The first time I used blueberry filling for the layers and covering..This time I used raspberry jam for the filling..Which one I preferred if you were to asked?..Well I would preferred the blueberry one..Both got their own taste definitely..the choice is yours..I used my own ganache recipe for this, so still up to you which u preferred,..Oh yes, I just slice to make 2 layers for the cake as I have only just one jar of jam in stock..
Yesterday was my 19th wedding anniversay... No celebrations as Mr Hubby is away for a working trip on the land of the rising sun..Too bad I cant join him, the plan was to follow up after his conference there..but since Hasif is still having his lessons,(Polytechnic) we or rather me called off the idea as I cant leave without him..tak sampai hati pulak nak tinggalkan dia..ada exam pulak tu..takut kalau kita pergi dia tak boleh concentrate(yalah mama & his siblings pergi then dia tinggal)..cause Tokyo is the place that he wanted to go for the longest time..hehehe..tak ada rezeki nak kesana..maybe next time..
Will this be my last post for this year?..I hope not...Well I dont know..just wait & see..
Till then take care my dear friends....:)
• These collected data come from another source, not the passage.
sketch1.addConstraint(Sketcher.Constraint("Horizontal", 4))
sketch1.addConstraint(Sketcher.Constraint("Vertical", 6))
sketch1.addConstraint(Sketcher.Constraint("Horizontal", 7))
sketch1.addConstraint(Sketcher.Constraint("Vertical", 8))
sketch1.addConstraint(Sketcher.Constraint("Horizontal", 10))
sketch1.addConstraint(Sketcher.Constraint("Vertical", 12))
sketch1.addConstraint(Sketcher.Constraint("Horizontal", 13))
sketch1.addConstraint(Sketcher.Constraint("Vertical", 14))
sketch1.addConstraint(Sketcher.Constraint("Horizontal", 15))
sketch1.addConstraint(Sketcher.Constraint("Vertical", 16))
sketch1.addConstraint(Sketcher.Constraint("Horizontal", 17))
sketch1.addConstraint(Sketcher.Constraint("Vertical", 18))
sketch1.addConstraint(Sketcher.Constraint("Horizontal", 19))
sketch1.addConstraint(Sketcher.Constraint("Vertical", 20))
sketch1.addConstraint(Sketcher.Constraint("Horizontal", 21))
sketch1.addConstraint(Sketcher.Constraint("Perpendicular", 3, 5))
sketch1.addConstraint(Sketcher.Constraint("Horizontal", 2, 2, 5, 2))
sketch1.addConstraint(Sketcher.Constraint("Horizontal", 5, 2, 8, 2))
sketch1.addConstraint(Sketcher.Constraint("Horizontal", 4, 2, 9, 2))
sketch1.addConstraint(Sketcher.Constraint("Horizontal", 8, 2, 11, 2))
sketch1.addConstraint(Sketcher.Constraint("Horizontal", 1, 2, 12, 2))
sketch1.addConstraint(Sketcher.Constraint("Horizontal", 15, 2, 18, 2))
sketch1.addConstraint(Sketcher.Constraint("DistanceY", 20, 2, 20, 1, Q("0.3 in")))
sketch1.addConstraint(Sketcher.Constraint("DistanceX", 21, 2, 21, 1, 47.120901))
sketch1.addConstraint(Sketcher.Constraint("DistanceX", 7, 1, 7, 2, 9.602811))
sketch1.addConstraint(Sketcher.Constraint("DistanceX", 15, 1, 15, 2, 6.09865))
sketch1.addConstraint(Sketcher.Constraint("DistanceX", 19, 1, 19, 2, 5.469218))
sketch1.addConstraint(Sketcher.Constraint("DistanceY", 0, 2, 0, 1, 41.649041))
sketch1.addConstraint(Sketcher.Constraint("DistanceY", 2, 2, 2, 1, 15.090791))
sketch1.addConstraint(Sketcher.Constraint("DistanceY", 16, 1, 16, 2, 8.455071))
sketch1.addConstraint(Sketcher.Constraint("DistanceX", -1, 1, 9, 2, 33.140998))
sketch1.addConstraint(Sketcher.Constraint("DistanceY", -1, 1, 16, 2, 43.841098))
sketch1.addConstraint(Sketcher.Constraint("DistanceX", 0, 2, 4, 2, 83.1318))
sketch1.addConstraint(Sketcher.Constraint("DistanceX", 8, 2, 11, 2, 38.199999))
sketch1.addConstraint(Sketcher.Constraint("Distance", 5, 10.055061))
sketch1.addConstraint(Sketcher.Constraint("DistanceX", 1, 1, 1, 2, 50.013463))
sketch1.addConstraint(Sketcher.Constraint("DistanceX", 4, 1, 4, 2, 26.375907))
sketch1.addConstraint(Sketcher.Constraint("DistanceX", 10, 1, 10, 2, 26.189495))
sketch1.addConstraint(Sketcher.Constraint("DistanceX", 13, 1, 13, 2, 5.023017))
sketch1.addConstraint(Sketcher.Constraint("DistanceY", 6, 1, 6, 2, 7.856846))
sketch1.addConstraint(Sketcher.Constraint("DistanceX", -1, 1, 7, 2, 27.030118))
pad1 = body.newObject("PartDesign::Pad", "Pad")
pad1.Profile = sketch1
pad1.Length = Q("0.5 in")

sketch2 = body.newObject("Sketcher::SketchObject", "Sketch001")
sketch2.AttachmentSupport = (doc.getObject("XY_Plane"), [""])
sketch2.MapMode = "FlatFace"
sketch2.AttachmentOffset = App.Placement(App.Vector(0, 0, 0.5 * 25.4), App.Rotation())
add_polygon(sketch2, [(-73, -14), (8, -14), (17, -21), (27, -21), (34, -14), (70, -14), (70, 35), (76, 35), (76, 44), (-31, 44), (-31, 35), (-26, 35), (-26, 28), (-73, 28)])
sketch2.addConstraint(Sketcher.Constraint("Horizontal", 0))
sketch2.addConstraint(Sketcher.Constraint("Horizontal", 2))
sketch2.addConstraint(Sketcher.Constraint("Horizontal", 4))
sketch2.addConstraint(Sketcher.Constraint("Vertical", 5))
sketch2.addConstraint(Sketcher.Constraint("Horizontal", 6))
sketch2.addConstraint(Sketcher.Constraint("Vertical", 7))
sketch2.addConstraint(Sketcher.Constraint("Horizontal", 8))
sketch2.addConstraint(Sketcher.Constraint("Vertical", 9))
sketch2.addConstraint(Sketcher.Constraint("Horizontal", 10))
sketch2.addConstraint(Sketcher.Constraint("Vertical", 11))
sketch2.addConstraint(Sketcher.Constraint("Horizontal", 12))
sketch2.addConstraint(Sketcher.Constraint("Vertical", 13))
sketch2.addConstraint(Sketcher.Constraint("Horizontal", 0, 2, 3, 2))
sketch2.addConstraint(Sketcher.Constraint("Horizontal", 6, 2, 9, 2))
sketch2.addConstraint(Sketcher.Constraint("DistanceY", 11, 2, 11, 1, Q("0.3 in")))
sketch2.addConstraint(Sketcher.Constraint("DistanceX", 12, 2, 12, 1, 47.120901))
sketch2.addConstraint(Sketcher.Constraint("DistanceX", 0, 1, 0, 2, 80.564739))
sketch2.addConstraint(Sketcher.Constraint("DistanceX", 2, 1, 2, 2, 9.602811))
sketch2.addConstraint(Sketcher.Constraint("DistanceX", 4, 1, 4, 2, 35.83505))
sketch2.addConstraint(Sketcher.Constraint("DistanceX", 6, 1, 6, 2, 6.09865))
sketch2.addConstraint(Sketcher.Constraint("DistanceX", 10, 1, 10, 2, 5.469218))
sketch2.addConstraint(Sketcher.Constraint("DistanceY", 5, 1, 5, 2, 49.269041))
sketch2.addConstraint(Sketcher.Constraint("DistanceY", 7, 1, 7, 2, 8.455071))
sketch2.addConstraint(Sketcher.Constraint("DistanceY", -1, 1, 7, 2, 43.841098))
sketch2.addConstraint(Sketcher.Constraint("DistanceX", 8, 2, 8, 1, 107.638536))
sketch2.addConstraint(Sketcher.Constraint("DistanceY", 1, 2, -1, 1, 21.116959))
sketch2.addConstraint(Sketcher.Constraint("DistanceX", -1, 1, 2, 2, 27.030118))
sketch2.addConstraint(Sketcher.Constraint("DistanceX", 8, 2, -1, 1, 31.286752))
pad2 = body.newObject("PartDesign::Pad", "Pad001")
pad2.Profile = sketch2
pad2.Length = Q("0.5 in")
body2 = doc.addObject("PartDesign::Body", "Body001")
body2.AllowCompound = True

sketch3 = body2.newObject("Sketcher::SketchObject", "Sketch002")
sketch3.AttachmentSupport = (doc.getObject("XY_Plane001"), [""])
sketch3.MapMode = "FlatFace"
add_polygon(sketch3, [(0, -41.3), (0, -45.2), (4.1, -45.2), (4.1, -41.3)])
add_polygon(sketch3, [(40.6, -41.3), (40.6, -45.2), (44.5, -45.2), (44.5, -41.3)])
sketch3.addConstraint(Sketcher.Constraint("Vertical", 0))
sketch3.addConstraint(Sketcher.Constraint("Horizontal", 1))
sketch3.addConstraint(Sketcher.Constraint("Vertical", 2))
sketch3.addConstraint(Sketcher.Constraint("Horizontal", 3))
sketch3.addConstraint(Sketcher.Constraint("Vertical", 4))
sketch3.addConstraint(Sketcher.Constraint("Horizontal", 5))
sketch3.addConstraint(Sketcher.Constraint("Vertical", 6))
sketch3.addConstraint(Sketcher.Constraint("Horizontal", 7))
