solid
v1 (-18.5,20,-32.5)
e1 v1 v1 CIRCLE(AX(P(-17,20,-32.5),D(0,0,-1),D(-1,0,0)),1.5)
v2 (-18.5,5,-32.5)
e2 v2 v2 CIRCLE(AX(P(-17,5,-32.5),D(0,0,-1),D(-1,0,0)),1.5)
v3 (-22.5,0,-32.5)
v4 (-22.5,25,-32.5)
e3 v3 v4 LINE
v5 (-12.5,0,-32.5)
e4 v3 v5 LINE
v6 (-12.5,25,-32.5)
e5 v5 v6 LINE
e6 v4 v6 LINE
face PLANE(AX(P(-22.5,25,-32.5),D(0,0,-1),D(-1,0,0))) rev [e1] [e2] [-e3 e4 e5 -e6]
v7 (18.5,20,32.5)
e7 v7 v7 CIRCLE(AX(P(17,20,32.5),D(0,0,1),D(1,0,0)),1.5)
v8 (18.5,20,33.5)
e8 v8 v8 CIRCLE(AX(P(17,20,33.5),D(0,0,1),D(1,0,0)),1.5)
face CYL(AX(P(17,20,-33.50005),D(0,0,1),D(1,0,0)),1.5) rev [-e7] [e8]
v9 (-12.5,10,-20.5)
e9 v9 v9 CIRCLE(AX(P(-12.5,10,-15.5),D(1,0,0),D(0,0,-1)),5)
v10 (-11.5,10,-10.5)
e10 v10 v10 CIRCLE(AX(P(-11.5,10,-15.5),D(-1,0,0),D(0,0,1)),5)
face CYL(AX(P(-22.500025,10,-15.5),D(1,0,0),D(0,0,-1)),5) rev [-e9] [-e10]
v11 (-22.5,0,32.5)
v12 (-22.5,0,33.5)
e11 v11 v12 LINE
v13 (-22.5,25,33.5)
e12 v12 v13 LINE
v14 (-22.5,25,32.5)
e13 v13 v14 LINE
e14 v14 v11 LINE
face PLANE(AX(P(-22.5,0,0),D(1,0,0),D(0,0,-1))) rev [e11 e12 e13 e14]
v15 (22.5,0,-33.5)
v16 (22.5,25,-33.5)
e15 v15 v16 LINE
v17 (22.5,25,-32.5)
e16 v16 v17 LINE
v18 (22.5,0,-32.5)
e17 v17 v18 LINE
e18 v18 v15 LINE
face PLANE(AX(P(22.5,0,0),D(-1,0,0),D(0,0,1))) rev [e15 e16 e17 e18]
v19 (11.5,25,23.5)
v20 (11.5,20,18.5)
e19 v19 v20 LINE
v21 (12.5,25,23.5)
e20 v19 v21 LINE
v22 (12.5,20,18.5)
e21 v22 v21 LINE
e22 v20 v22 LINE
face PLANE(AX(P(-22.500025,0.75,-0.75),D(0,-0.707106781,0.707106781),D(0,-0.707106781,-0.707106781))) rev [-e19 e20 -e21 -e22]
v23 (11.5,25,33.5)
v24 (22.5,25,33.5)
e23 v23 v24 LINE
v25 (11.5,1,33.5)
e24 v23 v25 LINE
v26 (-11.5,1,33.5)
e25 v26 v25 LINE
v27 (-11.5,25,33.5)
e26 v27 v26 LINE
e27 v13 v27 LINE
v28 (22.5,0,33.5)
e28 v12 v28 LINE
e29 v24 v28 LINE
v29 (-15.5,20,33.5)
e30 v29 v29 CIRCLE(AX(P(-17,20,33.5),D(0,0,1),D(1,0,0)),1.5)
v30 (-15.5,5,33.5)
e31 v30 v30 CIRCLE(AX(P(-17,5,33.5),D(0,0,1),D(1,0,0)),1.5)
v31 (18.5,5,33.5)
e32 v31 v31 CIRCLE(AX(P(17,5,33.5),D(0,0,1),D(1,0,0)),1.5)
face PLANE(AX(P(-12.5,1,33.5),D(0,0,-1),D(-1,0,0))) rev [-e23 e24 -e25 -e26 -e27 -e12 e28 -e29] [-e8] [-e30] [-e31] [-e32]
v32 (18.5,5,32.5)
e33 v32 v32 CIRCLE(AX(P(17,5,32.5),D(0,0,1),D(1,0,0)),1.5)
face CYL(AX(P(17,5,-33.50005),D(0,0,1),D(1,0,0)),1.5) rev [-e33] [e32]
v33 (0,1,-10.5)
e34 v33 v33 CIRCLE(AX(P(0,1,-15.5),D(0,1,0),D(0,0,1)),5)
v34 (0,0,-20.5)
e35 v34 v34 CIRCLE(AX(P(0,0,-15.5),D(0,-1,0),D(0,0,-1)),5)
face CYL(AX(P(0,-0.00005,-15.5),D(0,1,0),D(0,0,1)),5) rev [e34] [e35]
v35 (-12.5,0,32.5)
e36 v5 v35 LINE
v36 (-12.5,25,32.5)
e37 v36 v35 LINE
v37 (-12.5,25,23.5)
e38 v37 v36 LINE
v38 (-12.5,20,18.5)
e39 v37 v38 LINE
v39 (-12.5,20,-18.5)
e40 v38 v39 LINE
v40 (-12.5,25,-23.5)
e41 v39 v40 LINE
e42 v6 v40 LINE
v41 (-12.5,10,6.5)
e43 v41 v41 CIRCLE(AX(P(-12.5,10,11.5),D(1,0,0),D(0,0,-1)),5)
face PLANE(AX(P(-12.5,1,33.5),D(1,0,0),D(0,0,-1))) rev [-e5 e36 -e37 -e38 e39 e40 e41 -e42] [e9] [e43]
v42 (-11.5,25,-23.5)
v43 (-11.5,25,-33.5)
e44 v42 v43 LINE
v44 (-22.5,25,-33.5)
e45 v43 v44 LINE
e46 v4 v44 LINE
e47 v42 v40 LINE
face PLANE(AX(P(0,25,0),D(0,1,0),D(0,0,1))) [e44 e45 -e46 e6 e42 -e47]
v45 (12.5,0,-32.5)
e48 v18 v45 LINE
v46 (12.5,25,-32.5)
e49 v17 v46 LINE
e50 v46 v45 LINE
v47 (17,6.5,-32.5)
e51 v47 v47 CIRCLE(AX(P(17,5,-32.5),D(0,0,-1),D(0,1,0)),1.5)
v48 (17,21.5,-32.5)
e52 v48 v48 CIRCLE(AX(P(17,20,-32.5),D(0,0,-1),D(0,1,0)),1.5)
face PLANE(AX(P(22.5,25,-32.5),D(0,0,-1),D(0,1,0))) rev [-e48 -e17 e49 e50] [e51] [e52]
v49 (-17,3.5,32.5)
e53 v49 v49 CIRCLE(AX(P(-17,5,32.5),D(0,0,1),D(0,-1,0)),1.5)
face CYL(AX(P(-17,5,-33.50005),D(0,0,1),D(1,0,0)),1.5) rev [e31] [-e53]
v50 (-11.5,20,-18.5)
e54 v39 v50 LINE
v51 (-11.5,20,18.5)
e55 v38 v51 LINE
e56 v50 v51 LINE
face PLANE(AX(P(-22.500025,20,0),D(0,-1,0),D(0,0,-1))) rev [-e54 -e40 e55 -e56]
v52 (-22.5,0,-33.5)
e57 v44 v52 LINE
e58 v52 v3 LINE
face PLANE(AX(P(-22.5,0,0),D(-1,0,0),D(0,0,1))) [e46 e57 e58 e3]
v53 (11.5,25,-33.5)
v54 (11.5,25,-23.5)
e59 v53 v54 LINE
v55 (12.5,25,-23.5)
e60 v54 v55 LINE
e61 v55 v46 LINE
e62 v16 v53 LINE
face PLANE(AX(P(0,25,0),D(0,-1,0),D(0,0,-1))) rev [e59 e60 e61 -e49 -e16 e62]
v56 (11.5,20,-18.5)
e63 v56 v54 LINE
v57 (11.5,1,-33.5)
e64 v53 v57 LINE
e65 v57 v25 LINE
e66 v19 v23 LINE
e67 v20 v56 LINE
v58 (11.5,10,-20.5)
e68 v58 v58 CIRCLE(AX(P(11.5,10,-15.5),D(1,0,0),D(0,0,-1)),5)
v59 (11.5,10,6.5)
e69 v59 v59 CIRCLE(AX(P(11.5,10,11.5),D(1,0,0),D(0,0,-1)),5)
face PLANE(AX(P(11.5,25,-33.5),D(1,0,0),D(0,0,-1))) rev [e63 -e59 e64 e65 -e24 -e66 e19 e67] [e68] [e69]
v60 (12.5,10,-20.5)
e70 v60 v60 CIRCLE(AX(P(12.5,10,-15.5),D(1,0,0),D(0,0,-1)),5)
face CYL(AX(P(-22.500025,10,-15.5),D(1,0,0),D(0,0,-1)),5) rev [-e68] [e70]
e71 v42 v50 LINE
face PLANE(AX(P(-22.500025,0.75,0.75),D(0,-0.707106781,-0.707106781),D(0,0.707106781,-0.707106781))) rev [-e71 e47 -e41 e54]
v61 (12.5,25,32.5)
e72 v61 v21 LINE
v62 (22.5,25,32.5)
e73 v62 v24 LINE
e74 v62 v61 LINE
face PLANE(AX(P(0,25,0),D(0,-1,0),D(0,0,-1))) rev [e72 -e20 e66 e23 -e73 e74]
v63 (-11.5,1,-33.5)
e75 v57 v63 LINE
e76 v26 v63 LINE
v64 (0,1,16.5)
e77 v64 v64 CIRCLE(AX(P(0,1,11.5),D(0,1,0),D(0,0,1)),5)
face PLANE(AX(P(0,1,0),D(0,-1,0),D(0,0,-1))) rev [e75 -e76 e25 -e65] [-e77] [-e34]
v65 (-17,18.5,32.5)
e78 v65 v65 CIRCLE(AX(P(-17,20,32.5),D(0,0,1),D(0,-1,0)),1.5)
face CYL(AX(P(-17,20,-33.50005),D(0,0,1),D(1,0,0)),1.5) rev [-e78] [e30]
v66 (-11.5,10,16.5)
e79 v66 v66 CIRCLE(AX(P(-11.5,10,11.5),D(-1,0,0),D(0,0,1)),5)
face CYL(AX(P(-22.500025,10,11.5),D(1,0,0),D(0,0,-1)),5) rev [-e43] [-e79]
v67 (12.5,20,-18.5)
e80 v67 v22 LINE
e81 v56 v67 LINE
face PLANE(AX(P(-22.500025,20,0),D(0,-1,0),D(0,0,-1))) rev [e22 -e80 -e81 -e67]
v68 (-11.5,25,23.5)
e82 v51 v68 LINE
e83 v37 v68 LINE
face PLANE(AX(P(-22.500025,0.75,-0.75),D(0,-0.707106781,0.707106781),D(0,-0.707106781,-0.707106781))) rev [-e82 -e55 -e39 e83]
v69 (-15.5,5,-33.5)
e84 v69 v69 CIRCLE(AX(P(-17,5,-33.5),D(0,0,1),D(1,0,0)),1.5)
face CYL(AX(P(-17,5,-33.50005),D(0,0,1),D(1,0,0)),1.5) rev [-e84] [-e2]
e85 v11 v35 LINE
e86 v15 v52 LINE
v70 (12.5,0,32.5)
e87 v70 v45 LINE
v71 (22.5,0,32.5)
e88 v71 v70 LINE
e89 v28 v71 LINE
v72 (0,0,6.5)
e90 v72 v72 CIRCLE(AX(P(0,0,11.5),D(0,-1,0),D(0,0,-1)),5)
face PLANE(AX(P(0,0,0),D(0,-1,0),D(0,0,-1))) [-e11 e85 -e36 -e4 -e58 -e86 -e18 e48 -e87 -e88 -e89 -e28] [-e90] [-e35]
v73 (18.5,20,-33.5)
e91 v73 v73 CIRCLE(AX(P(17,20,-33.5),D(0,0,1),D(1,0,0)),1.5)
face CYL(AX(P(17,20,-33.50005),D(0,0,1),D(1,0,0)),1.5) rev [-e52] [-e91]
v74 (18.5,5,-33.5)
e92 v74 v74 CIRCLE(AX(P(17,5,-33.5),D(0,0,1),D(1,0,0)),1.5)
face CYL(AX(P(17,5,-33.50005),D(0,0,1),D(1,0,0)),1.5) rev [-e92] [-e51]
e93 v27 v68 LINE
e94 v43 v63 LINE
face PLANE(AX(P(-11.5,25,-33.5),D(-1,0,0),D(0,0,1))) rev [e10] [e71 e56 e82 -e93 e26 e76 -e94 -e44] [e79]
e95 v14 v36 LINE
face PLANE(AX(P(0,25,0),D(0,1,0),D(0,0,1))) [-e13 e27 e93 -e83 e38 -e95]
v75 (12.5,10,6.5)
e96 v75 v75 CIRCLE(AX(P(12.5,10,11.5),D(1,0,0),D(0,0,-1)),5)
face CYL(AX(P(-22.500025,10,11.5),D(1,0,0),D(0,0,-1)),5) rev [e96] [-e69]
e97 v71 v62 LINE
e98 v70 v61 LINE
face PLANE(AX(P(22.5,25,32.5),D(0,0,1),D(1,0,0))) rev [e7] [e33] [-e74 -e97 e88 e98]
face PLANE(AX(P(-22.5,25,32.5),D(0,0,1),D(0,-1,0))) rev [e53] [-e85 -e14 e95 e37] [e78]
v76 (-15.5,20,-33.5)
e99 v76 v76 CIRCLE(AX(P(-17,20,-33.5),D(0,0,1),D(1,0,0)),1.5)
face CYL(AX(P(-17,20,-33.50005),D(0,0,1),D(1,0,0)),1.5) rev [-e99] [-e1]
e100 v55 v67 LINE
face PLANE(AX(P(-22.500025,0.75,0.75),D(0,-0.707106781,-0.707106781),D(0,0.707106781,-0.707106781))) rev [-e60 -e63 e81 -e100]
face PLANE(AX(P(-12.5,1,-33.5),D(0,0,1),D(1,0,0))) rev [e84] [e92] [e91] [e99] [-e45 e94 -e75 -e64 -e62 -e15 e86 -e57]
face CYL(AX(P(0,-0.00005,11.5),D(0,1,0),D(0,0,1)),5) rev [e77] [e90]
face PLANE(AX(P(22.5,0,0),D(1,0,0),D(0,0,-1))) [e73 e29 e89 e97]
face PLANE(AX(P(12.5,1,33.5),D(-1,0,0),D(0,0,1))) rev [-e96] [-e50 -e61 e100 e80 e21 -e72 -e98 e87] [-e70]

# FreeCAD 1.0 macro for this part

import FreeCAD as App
import Part
import Sketcher


def add_polygon(sketch, points):
    """Adds a closed chain of lines whose ends are joined by coincident constraints."""
    first, n = sketch.GeometryCount, len(points)
    for a, b in zip(points, points[1:] + points[:1]):
        sketch.addGeometry(Part.LineSegment(App.Vector(*a, 0), App.Vector(*b, 0)), False)
    for i in range(n):
        sketch.addConstraint(Sketcher.Constraint("Coincident", first + i, 2, first + (i + 1) % n, 1))

doc = App.newDocument("Part")
body = doc.addObject("PartDesign::Body", "Body")

# Sketch on XZ plane
sketch1 = body.newObject("Sketcher::SketchObject", "Sketch")
sketch1.AttachmentSupport = (doc.getObject("XZ_Plane"), [""])
sketch1.MapMode = "FlatFace"
add_polygon(sketch1, [(-12, -34), (-12, 34), (12, 34), (12, -34)])  # lines 0-3
sketch1.addConstraint([
    Sketcher.Constraint("Vertical", 0),
    Sketcher.Constraint("Horizontal", 1),
    Sketcher.Constraint("Vertical", 2),
    Sketcher.Constraint("Horizontal", 3),
    Sketcher.Constraint("Symmetric", 0, 2, 2, 2, -1, 1),
    Sketcher.Constraint("DistanceX", 1, 1, 1, 2, 25.0),
    Sketcher.Constraint("DistanceY", 0, 1, 0, 2, 67.0),
])
pad1 = body.newObject("PartDesign::Pad", "Pad")
pad1.Profile = sketch1
pad1.Length = 1
pad1.Reversed = True

# Sketch on XZ plane
sketch2 = body.newObject("Sketcher::SketchObject", "Sketch001")
sketch2.AttachmentSupport = (doc.getObject("XZ_Plane"), [""])
sketch2.MapMode = "FlatFace"
sketch2.AttachmentOffset = App.Placement(App.Vector(0, 0, -1), App.Rotation())
add_polygon(sketch2, [(11.5, -33.5), (11.5, 33.5), (12.5, 33.5), (12.5, -33.5)])  # lines 0-3
add_polygon(sketch2, [(-12.5, -33.5), (-12.5, 33.5), (-11.5, 33.5), (-11.5, -33.5)])  # lines 4-7
sketch2.addConstraint([
    Sketcher.Constraint("Vertical", 0),
    Sketcher.Constraint("Horizontal", 1),
    Sketcher.Constraint("Vertical", 2),
    Sketcher.Constraint("Horizontal", 3),
    Sketcher.Constraint("Vertical", 4),
    Sketcher.Constraint("Horizontal", 5),
    Sketcher.Constraint("Vertical", 6),
    Sketcher.Constraint("Horizontal", 7),
    Sketcher.Constraint("Symmetric", 2, 2, 4, 2, -1, 1),
    Sketcher.Constraint("Symmetric", 0, 2, 6, 2, -1, 1),
    Sketcher.Constraint("Horizontal", 1, 2, 4, 2),
    Sketcher.Constraint("DistanceX", 1, 1, 1, 2, 1.0),
    Sketcher.Constraint("DistanceY", 0, 1, 0, 2, 67.0),
    Sketcher.Constraint("DistanceX", 4, 2, 0, 2, 24.0),
])
pad2 = body.newObject("PartDesign::Pad", "Pad001")
pad2.Profile = sketch2
pad2.Length = 24
pad2.Reversed = True

# Sketch on YZ plane
sketch3 = body.newObject("Sketcher::SketchObject", "Sketch002")
sketch3.AttachmentSupport = (doc.getObject("YZ_Plane"), [""])
sketch3.MapMode = "FlatFace"
sketch3.AttachmentOffset = App.Placement(App.Vector(0, 0, 12.5), App.Rotation())
add_polygon(sketch3, [(25, 33.5), (0, 33.5), (0, 32.5), (25, 32.5)])  # lines 0-3
add_polygon(sketch3, [(25, -32.5), (0, -32.5), (0, -33.5), (25, -33.5)])  # lines 4-7
sketch3.addConstraint([
    Sketcher.Constraint("Horizontal", 0),
    Sketcher.Constraint("Vertical", 1),
    Sketcher.Constraint("Horizontal", 2),
    Sketcher.Constraint("Vertical", 3),
    Sketcher.Constraint("Horizontal", 4),
    Sketcher.Constraint("Vertical", 5),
psst all the posting today are autopost.....
Sachertorte
Sources:-From Cakes Delicious Recipes For All Occasions -Yasa Boga
Tried & Tested:-Ayu@curlybabesatisfaction
Cake Ingredients:-
60g raspberry jam
200g castor sugar-(Ayu used 100g)
125g butter + more for greasing tin
125g plain (all purpose flour) flour
+ 60g cocoa powder + 1/2 tsp bicarbonate of soda, sifted
4 eggs, yolks & whites separated
160g raspberry jam, heated until warm
Ganache:-
4 tbsp milk
41/2 tbsp whipping cream
125g dark cooking chocolate, melted
Ayu used this ganache
250g cooking chocolate(I
used dark chocolate)
1 tbsp butter
1/2 cup whipping cream
Method:-
Melt cooking chocolate using
the double boiler method. Add in the butter and whipping cream and stir well.
Pour onto the cake and decorate to preference..
Preheat oven to 170c. Prepare a 20cm(8 inch) diameter round tin.
Grease tin with butter and line with baking paper, then grease again. set aside.
Combine jam, sugar and butter in a saucepan and cook over low heat until sugar dissolved.
Remove and leave to cool. Transfer jam mixture to a large mixing bowl. Gradually add flour mixture and stir with a wooden spoon until combined(Ayu used a mixer for this). Add egg yolks, one at a time, stirring continuously until well combined.
With an electric mixer, whisk egg whites until stiff peaks form. Using a rubber spatula, gradually and gently fold whipped egg whites into cake mixture until mixture is well combined. Pour mixture into prepared tin.
Place tin in preheated oven and bake for about 50 minutes until a skewer inserted into the centre of cake comes out clean. Remove cake from tin and leave to cool on a wire rack.
Prepare ganache. Heat milk and whipping cream over low heat until warm. Stir in melted chocolate until well mixed. set aside.
To assemble cake, slice cake horizontally into 3 equal layers. Spread raspberry jam over bottom and middle layers. Stack all 3 layers together and spread jam over surface of entire cake. Pour ganache onto cake and spread evenly. Leave to set, then decorate as desired.